On the other hand, our public policy looks at education from exactly the other way round. The policy maker believes that education is about compulsion and making it mandatory for children to go to school. When in school, there are fixed syllabi that must be completed. A teacher is not judged by how much he or she is able to make children feel comfortable and enthusiastic about learning. His or her performance is evaluated by how he or she manages to cover all chapters before the exam.

The other objective of our education system has become the homogenization of all learning. Everyone must learn a fixed number of subjects. The new CBSE board has gone to unprecedented extremes. It has recommended that all students must compulsorily learn three languages till class X and one of them, they urge, should be Sanskrit. Once again, education is being used, not to make the child a better person, but to impose an ideology that believes in one language being better and more important than others.

There is no better way to extinguish interest in a subject than making it compulsory. Worldwide the education system is witnessings a transformation. A new world requires new skills. Learning mathematical tables by rote is no longer critical. An obsession over handwriting and spelling is no longer required as computers and laptops replace notebooks and paper. Information is no longer required to be memorized, the student should rather learn how to retrieve information from a plethora of sources available online and offline.

The existent examination system is built on these archaic principles of rote learning and memory. They are built to test for discipline, attendance and regularity. That is why our exam system belongs to a bygone era.
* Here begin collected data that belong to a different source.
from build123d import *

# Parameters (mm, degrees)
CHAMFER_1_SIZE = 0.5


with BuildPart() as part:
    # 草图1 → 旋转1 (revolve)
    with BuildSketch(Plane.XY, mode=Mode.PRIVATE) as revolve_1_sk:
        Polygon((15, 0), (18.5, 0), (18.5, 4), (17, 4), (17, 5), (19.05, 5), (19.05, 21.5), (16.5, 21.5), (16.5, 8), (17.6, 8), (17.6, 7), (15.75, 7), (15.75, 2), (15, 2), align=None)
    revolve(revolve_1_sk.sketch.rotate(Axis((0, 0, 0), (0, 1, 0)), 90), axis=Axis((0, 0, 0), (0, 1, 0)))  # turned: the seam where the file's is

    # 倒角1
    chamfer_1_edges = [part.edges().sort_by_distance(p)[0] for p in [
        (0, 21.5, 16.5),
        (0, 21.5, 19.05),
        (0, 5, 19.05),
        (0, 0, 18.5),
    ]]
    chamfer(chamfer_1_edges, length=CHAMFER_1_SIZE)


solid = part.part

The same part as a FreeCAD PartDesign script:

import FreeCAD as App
import Part
import Sketcher

V = App.Vector
Q = App.Units.Quantity


def edges_at(feature, points):
    """Names of the edges that pass closest to the given points."""
    edges = feature.Shape.Edges
    near = lambda p: min(range(len(edges)), key=lambda i: edges[i].distToShape(Part.Vertex(*p))[0])
    return sorted({f"Edge{near(p) + 1}" for p in points})


def add_polygon(sketch, points):
    """Adds a closed chain of lines whose ends are joined by coincident constraints."""
    first, n = sketch.GeometryCount, len(points)
    for a, b in zip(points, points[1:] + points[:1]):
        sketch.addGeometry(Part.LineSegment(App.Vector(*a, 0), App.Vector(*b, 0)), False)
    for i in range(n):
        sketch.addConstraint(Sketcher.Constraint("Coincident", first + i, 2, first + (i + 1) % n, 1))

doc = App.newDocument("Part")
body = doc.addObject("PartDesign::Body", "Body")

# Sketch on XY plane
sketch1 = body.newObject("Sketcher::SketchObject", "Sketch")
sketch1.AttachmentSupport = (doc.getObject("XY_Plane"), [""])
sketch1.MapMode = "FlatFace"
add_polygon(sketch1, [(15, 0), (18.5, 0), (18.5, 4), (17, 4), (17, 5), (19.05, 5), (19.05, 21.5), (16.5, 21.5), (16.5, 8), (17.6, 8), (17.6, 7), (15.75, 7), (15.75, 2), (15, 2)])  # lines 0-13
sketch1.addConstraint(Sketcher.Constraint("Horizontal", 0))
sketch1.addConstraint(Sketcher.Constraint("Vertical", 1))
sketch1.addConstraint(Sketcher.Constraint("Horizontal", 2))
sketch1.addConstraint(Sketcher.Constraint("Vertical", 3))
sketch1.addConstraint(Sketcher.Constraint("Horizontal", 4))
sketch1.addConstraint(Sketcher.Constraint("Vertical", 5))
sketch1.addConstraint(Sketcher.Constraint("Horizontal", 6))
sketch1.addConstraint(Sketcher.Constraint("Vertical", 7))
sketch1.addConstraint(Sketcher.Constraint("Horizontal", 8))
sketch1.addConstraint(Sketcher.Constraint("Vertical", 9))
sketch1.addConstraint(Sketcher.Constraint("Horizontal", 10))
sketch1.addConstraint(Sketcher.Constraint("Vertical", 11))
sketch1.addConstraint(Sketcher.Constraint("Horizontal", 12))
sketch1.addConstraint(Sketcher.Constraint("Vertical", 13))
sketch1.addConstraint(Sketcher.Constraint("PointOnObject", 0, 2, -1))
sketch1.addConstraint(Sketcher.Constraint("Equal", 3, 9))
sketch1.addConstraint(Sketcher.Constraint("DistanceY", 1, 1, 1, 2, Q("4 mm")))
sketch1.addConstraint(Sketcher.Constraint("DistanceY", 3, 1, 3, 2, Q("1 mm")))
sketch1.addConstraint(Sketcher.Constraint("DistanceY", 11, 2, 11, 1, Q("5 mm")))
sketch1.addConstraint(Sketcher.Constraint("DistanceY", 13, 2, 13, 1, Q("2 mm")))
sketch1.addConstraint(Sketcher.Constraint("DistanceX", 0, 1, 0, 2, Q("3.5 mm")))
sketch1.addConstraint(Sketcher.Constraint("DistanceX", 2, 2, 2, 1, Q("1.5 mm")))
sketch1.addConstraint(Sketcher.Constraint("DistanceX", 8, 1, 8, 2, Q("1.1 mm")))
sketch1.addConstraint(Sketcher.Constraint("DistanceY", 5, 1, 5, 2, Q("16.5 mm")))
sketch1.addConstraint(Sketcher.Constraint("DistanceX", -1, 1, 2, 2, Q("17 mm")))
sketch1.addConstraint(Sketcher.Constraint("DistanceX", 6, 2, 1, 2, Q("2 mm")))
sketch1.addConstraint(Sketcher.Constraint("DistanceX", 4, 1, 4, 2, Q("2.05 mm")))
sketch1.addConstraint(Sketcher.Constraint("DistanceX", 10, 2, 10, 1, Q("1.85 mm")))
revolution = body.newObject("PartDesign::Revolution", "Revolution")
revolution.Profile = sketch1
revolution.ReferenceAxis = (sketch1, ["V_Axis"])
revolution.Angle = 360
doc.recompute()

chamfer = body.newObject("PartDesign::Chamfer", "Chamfer")
chamfer.Base = (revolution, edges_at(revolution, [
    (0, 21.5, 16.5),
    (0, 21.5, 19.05),
    (0, 5, 19.05),
    (0, 0, 18.5),
]))
chamfer.Size = 0.5

doc.recompute()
However, our obsession with easy to mark answer scripts, and a simplistic set of percentage marks obtained, has ensured that the CBSE now has decided to bring back the dreaded Class X board examinations that till a few years ago had pushed many 15 year olds to depression and suicide.

These days it is only in China and Japan that the old exam system persists. The Chinese Gaokao, or the annual Matriculation exam, is called the Big test and is held once a year. In Japan, children are dropping out of school and college because their exam system makes the entire experience far too stressful. In fact, one of the reasons quoted by Japanese couples for not having children is that they do not want their kids to go through the same stress they went through in school and college. In the rest of the world, exams as we know them are extinct.

In top Universities in the US and UK, what counts for granting of admissions is the number of hours that children spend on social service. On how they write essays where the author presents arguments and provides insights into social issues and concerns. International qualifying examinations like the SAT and the GRE do not measure the information that students possess. These examinations quantify understanding, application and articulation.

It is a pity that a large number of people have still not understood how to use comprehensive and continuous evaluation mechanisms. As a result, they want to go back to the old examination system that is easier for the office to administer, making life simpler for the teacher and is effortlessly monitored by the boards. The fundamental mistake we are making is this. Education should be seen from the lens of the student not on how difficult it would be for the teacher or the board.

Good policy always is the one that expands choice and gives more freedom. Anything that restricts choices cannot be good. Dividing knowledge into compartmentalized subjects and having very young kids specialize in Maths or in Social science is not what the modern world is looking for. A great example of how the modern education system is evolving can be seen in Finland, considered by many to have the finest school system in the world. There are no mandated and standardized examinations there. Children do self-assessments, teachers do not teach separate individual subjects in silos.

Unfortunately, in our case, we allow an ideological organization like the RSS to dictate our education system. The thinking in such nationalistic organizations is to make children pay for the nationalistic experiment. Hence they must study Sanskrit, they must take an unquestioning pride in Ancient Indian History. They should be taught that foreign rule was bad for India. They must take examinations so they can be arranged in some rank and file. We have taken two steps back as far as our education system is concerned.

All this while we have a huge problem already. Drop-out rates are gigantic. Not more than 10 per cent of our students graduate form high schools. Less than 3 per cent of scheduled caste and scheduled tribe children, and also upper class women, complete their undergraduate studies. No more than 25% of engineering graduates are employable by industry. Instead of focusing on these critical issues, we have made compulsory examinations, eligibility tests for principals and mandatory language training our main goal.